Will man sich mit einem unbekannten Ort oder Gebiet beschäftigen, so ist meist der erste Ansatzpunkt, sich auf einer Karte den Überblick zu verschaffen und sich zu orientieren. In der Realität jedoch funktioniert die Wahrnehmung eines Ortes, in den man sich zum ersten Mal begibt, anders: Sie setzt sich aus einer Reihe zeitlich aufeinanderfolgender Eindrücke zusammen. Die beschriebene Art der Wahrnehmung eines unbekannten Raumes soll im Projekt "Wahrnehmung eines fremden Ortes" thematisiert und sichtbar gemacht werden. Das Projekt wird durchgeführt von Barbara Hlali mit einem Kunstkurs für Kinder und Jugendliche des Museums am Ostwall.

 

VideoDie Teilnehmenden sind zwischen 9 und 15 Jahre alt.
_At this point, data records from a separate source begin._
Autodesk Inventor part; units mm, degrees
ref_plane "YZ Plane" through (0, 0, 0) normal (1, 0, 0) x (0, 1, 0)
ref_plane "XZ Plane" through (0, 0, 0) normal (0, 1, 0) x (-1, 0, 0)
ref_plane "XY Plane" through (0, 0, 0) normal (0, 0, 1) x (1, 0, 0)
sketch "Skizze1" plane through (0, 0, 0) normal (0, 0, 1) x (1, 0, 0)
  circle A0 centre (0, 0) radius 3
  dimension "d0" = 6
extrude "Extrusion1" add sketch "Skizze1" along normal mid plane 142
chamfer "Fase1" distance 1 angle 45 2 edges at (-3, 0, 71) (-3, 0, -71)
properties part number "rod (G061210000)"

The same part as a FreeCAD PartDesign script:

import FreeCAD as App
import Part
import Sketcher
from FreeCAD import Vector


def edges_at(feature, points):
    """Names of the edges that pass closest to the given points."""
    edges = feature.Shape.Edges
    near = lambda p: min(range(len(edges)), key=lambda i: edges[i].distToShape(Part.Vertex(*p))[0])
    return sorted({f"Edge{near(p) + 1}" for p in points})

doc = App.newDocument("Part")
params = doc.addObject("Spreadsheet::Sheet", "Params")
for row, (alias, value) in enumerate([
    ("sketch1_diameter", "6 mm"),
    ("pad1_length", "142 mm"),
    ("chamfer_size", "1 mm"),
], start=1):
    params.set(f"A{row}", alias)
    params.set(f"B{row}", "=" + value)
    params.setAlias(f"B{row}", alias)

body = doc.addObject("PartDesign::Body", "Body")

sketch1 = doc.addObject("Sketcher::SketchObject", "Sketch")
body.addObject(sketch1)
sketch1.AttachmentSupport = (doc.XY_Plane, [""])
sketch1.MapMode = "FlatFace"
sketch1.addGeometry(Part.Circle(Vector(0, 0, 0), Vector(0, 0, 1), 3), False)
sketch1.addConstraint(Sketcher.Constraint("Coincident", 0, 3, -1, 1))
sketch1.addConstraint(Sketcher.Constraint("Diameter", 0, 6.0))
sketch1.setExpression("Constraints[1]", "Params.sketch1_diameter")
pad1 = doc.addObject("PartDesign::Pad", "Pad")
body.addObject(pad1)
pad1.Profile = sketch1
pad1.setExpression("Length", "Params.pad1_length")
pad1.Midplane = True
doc.recompute()

chamfer = doc.addObject("PartDesign::Chamfer", "Chamfer")
body.addObject(chamfer)
chamfer.Base = (pad1, edges_at(pad1, [(-3, 0, 71), (-3, 0, -71)]))
chamfer.setExpression("Size", "Params.chamfer_size")

doc.recompute()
Sie kennen den Stadtteil kaum oder gar nicht. Die Gruppe wird sich vom Museum am Ostwall zum Dortmunder U begeben und von dort aus in den Stadtteil Westend weiterziehen. Auf künstlerisch-kreative Weise werden die Eindrücke festgehalten, die zu einer Charakterisierung des Stadtteils Westend verbunden werden können. Die Jugendlichen werden zu ihren Eindrücken fotografieren, zeichnen, filmen und texten. So werden die Charakteristik des Stadtteils, die Atmosphäre, Auffälligkeiten, kleine Besonderheiten und Begegnungen mit anderen Menschen festgehalten.

 

Die unterschiedlichen gestalterischen Produkte (Zeichnungen, Frottagen, Fotos, Videosequenzen und Texte) werden schließlich zu einem Video zusammengefasst. Die verschiedenen Blickwinkel und Fokusse der Teilnehmenden werden zu einer Gesamtansicht auf den Stadtteil zusammengefügt. Das Medium Video erlaubt es außerdem, die zeitliche Abfolge von Eindrücken wiederzugeben.